Mohcine Nader

Personal information
- Full name: Mohcine Hassan Nader
- Date of birth: 30 September 1994 (age 31)
- Place of birth: Faro, Portugal
- Height: 1.83 m (6 ft 0 in)
- Position: Forward

Team information
- Current team: Deltras
- Number: 10

Youth career
- 2004–2012: Internacional Almancil
- 2012–2013: Vitória Setúbal

Senior career*
- Years: Team / Apps / (Gls)
- 2013–2018: Vitória Setúbal / 13 / (1)
- 2013–2014: → Casa Pia (loan) / 24 / (2)
- 2014–2015: → Pinhalnovense (loan) / 26 / (9)
- 2016–2017: → Freamunde (loan) / 25 / (0)
- 2017–2018: → Olhanense (loan) / 17 / (2)
- 2018–2020: Olhanense / 55 / (21)
- 2020–2022: Dudelange / 42 / (10)
- 2022–2023: Alverca / 26 / (4)
- 2023–2024: Persita Tangerang / 12 / (2)
- 2024–2025: Anadia / 4 / (0)
- 2025–2026: PSBS Biak / 23 / (4)
- 2026–: Deltras / 1 / (1)

= Mohcine Nader =

Portuguese footballer

Mohcine Hassan Nader (born 30 September 1994) is a Portuguese professional footballer who plays as a forward for Championship club Deltras.

==Club career==
Born in Faro, Algarve, where his Moroccan international father Hassan Nader played in the same position for S.C. Farense, Nader finished his development at Vitória F.C. and spent his first two years as a senior in third division, on loan at Casa Pia A.C. and C.D. Pinhalnovense. He made his professional debut in the Primeira Liga for the Setúbal-based club on 25 October 2015, coming on as a late substitute for André Claro in a 2–0 away win against Moreirense FC, and totalled 13 appearances over the season; on his first start, the following 22 January, he scored the opening goal of a 2–1 home victory over Académica de Coimbra.
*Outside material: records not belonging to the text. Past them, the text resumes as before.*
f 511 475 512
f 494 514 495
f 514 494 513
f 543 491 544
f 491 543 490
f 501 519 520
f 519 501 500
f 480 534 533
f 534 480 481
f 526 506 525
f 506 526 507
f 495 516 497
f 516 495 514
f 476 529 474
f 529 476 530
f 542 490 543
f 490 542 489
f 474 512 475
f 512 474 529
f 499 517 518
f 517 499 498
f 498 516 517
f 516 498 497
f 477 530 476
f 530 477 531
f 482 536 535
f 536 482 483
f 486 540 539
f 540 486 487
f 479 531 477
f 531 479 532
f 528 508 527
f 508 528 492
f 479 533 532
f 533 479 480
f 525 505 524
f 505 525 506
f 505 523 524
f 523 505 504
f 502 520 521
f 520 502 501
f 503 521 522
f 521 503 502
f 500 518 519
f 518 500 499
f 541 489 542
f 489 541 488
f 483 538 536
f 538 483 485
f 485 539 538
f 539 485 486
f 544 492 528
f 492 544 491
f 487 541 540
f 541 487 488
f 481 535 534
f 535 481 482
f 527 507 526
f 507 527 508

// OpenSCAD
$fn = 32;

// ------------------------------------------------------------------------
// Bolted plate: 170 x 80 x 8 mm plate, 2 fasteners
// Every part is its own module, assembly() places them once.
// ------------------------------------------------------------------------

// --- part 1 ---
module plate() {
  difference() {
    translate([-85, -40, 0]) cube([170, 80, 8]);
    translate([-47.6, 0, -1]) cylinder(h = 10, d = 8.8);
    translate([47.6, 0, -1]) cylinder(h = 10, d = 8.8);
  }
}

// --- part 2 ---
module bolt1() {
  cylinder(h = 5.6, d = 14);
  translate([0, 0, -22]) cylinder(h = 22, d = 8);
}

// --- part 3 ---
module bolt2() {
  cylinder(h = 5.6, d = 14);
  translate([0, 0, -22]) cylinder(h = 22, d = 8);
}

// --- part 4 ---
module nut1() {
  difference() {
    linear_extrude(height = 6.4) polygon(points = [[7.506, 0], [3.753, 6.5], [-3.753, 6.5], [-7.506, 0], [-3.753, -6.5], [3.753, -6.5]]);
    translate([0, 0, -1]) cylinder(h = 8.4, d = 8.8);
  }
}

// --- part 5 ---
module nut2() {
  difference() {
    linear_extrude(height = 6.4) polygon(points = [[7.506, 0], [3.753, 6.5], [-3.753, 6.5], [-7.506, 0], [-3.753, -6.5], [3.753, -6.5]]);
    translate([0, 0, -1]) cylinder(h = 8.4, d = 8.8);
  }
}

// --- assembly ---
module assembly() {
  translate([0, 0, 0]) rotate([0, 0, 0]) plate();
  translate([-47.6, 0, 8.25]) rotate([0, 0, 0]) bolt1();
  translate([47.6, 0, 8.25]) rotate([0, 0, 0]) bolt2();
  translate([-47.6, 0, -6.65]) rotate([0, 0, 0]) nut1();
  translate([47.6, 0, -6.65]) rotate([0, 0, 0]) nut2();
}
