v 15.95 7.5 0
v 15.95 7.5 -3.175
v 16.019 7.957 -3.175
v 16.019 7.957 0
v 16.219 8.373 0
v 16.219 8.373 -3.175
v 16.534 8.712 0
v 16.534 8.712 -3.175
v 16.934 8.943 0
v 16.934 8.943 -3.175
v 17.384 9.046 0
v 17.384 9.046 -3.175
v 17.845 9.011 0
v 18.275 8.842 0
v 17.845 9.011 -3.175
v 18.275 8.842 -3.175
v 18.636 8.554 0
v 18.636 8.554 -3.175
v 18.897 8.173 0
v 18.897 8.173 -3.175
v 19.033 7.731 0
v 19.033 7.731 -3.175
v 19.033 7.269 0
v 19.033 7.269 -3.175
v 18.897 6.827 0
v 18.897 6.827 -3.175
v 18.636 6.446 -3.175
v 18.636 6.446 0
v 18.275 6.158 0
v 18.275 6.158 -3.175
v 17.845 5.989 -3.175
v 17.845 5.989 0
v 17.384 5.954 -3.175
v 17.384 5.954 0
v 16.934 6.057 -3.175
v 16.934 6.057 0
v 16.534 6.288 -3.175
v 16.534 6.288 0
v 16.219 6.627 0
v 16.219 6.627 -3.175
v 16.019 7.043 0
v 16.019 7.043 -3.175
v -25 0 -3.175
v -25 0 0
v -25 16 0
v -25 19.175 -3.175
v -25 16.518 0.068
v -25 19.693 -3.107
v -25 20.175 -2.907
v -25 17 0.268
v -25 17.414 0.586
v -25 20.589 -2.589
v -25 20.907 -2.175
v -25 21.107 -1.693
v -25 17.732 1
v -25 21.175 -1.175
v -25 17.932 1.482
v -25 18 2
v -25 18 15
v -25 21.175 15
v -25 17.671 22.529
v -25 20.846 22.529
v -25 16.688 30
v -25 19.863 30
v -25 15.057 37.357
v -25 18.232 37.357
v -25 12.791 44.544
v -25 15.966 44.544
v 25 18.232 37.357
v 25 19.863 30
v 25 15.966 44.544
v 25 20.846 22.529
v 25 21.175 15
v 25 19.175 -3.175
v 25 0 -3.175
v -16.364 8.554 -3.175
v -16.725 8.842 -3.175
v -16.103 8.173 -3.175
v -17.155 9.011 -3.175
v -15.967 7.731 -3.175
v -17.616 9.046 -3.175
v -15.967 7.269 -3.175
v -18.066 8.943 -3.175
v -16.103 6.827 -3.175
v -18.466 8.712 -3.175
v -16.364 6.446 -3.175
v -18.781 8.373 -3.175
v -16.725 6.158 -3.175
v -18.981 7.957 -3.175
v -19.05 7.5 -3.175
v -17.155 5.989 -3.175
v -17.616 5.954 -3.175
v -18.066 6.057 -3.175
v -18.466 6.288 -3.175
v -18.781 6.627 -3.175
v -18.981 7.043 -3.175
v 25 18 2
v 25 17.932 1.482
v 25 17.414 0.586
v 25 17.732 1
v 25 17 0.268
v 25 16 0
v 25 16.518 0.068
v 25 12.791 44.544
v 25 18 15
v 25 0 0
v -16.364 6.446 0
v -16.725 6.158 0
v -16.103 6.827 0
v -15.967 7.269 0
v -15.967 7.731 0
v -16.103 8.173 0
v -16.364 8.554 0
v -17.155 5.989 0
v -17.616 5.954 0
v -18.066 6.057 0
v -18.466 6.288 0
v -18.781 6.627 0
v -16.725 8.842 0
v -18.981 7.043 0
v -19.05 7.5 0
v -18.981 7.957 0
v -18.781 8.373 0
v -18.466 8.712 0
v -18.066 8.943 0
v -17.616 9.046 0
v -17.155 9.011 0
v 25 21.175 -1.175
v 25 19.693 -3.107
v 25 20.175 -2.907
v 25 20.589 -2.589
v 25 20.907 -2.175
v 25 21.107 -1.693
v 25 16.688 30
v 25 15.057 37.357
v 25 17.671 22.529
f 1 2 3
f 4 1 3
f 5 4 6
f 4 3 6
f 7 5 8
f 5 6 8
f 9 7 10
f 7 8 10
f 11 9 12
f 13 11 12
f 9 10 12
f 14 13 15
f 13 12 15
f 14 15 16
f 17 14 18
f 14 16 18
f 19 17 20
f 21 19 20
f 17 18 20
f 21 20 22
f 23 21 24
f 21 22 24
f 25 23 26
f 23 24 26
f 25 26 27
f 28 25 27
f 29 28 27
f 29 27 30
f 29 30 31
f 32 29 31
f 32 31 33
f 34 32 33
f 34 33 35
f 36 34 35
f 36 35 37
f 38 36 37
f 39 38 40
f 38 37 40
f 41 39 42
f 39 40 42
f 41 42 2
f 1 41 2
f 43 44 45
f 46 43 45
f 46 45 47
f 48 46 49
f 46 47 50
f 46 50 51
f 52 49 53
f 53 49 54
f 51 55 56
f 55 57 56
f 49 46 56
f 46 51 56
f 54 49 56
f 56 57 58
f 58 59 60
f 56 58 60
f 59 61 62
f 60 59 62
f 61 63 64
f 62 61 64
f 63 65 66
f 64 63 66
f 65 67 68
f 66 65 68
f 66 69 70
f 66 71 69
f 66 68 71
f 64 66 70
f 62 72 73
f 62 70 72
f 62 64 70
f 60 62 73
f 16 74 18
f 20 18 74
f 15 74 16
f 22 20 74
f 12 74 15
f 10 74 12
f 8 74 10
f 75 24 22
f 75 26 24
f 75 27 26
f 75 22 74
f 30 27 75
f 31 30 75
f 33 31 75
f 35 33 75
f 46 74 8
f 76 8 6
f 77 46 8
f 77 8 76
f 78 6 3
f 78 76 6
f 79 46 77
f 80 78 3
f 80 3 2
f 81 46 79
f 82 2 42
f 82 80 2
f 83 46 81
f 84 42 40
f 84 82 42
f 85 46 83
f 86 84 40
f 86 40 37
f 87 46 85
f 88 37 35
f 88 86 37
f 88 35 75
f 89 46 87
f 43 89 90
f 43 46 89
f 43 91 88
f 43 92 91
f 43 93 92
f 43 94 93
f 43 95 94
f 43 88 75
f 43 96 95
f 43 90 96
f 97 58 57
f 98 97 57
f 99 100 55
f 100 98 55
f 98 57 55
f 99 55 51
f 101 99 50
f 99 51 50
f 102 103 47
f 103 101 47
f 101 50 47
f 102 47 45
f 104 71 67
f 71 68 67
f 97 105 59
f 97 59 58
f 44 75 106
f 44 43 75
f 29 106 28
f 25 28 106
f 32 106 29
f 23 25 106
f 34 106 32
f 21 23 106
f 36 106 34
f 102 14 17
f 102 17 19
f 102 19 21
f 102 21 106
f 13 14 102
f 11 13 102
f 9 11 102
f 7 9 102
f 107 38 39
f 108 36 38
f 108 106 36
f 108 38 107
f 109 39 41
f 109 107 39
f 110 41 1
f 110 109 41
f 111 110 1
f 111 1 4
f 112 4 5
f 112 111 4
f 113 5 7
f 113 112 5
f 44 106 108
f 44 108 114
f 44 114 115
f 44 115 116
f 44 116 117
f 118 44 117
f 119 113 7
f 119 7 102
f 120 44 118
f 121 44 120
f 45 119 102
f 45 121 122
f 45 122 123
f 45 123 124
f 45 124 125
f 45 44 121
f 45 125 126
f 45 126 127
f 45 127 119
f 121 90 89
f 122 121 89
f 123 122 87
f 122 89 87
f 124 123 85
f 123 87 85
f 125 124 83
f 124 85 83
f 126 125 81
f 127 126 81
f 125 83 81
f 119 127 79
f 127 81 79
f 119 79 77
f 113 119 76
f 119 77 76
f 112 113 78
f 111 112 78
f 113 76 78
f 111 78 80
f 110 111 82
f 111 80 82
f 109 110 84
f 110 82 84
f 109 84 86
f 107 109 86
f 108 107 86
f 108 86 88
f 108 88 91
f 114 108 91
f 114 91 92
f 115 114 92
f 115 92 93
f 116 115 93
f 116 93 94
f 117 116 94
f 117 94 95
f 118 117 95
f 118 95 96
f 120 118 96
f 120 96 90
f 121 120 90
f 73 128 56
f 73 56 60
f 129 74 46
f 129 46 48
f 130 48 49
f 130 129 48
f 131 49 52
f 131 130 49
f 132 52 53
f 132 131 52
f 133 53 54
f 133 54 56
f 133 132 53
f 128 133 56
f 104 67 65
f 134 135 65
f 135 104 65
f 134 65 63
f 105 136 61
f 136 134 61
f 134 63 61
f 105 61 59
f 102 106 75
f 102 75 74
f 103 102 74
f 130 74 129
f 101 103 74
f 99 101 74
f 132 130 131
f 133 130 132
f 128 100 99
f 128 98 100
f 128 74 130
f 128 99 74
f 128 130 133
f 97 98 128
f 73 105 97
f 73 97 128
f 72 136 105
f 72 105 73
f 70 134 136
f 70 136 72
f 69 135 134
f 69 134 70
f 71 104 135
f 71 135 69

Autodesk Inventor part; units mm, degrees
ref_plane "YZ Plane" through (0, 0, 0) normal (1, 0, 0) x (0, 1, 0)
ref_plane "XZ Plane" through (0, 0, 0) normal (0, 1, 0) x (-1, 0, 0)
ref_plane "XY Plane" through (0, 0, 0) normal (0, 0, 1) x (1, 0, 0)
sketch "Sketch1" plane through (0, 0, 0) normal (1, 0, 0) x (0, 1, 0)
  line L0 (0, 0) -> (18, 0)
  line L1 (18, 0) -> (18, -3.175)
  line L2 (18, -3.175) -> (0, -3.175)
  line L3 (0, -3.175) -> (0, 0)
  line L4 (18, 0) -> (21.175, 0)
  line L5 (21.175, 0) -> (21.175, 15)
  line L6 (21.175, 15) -> (18, 15)
  line L7 (18, 15) -> (18, 0)
  line L8 (21.175, 0) -> (18, 0)
  line L9 (18, 0) -> (18, -3.175)
  line L10 (18, -3.175) -> (21.175, -3.175)
  line L11 (21.175, -3.175) -> (21.175, 0)
  arc A0 (21.175, 15) -> (15.9656, 44.5442) centre (-65.2066, 15) ccw
  line L12 (21.175, 15) -> (15.9656, 44.5442) construction
  line L13 (21.175, 15) -> (51.175, 15) construction
  line L14 (15.9656, 44.5442) -> (12.7906, 44.5442)
  arc A1 (18, 15) -> (12.7906, 44.5442) centre (-68.3816, 15) ccw
  line L15 (18, 15) -> (12.7906, 44.5442) construction
  line L16 (18, 15) -> (48, 15) construction
  dimension "d0" = 18
  dimension "d1" = 3.175
  dimension "d2" = 3.175
  dimension "d3" = 15
  dimension "d4" = 30
  dimension "d5" = 100
  dimension "d7" = 30
  dimension "d8" = 100
extrude "Extrusion1" add sketch "Sketch1" along normal mid plane 50
fillet "Fillet1" radius 2 2 edges at (0, 18, 0) (0, 21.175, -3.175)
sketch "Sketch2" plane through (25, 0, -3.175) normal (0, 0, -1) x (-1, 0, 0)
  line L0 (0, 0) -> (0, 19.175) projected
  line L1 (25, 0) -> (0, 0) projected
  line L2 (50, 19.175) -> (50, 0) projected
  line L3 (50, 7.5) -> (0, 7.5) construction
  circle A0 centre (7.5, 7.5) radius 1.55
  circle A1 centre (42.5, 7.5) radius 1.55
  dimension "d12" = 7.5
  dimension "d13" = 3.1
  dimension "d14" = 3.1
  dimension "d15" = 7.5
  dimension "d16" = 7.5
extrude "Extrusion2" cut sketch "Sketch2" against normal blind 10
properties part number "PolyWedge" material "PC/ABS Plastic"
Days after his first goal, Setúbal enacted the extension clause in Nader's contract, tying him to the club until June 2018. In August 2016, he was loaned to LigaPro team S.C. Freamunde for the upcoming campaign. The following year, he joined Campeonato de Portugal side S.C. Olhanense also on loan; the move was made permanent in the summer of 2018.

On 4 August 2022, after two seasons at F91 Dudelange in the Luxembourg National Division, being crowned champion in 2021–22, Nader returned to the Portuguese third tier at F.C. Alverca in Liga 3.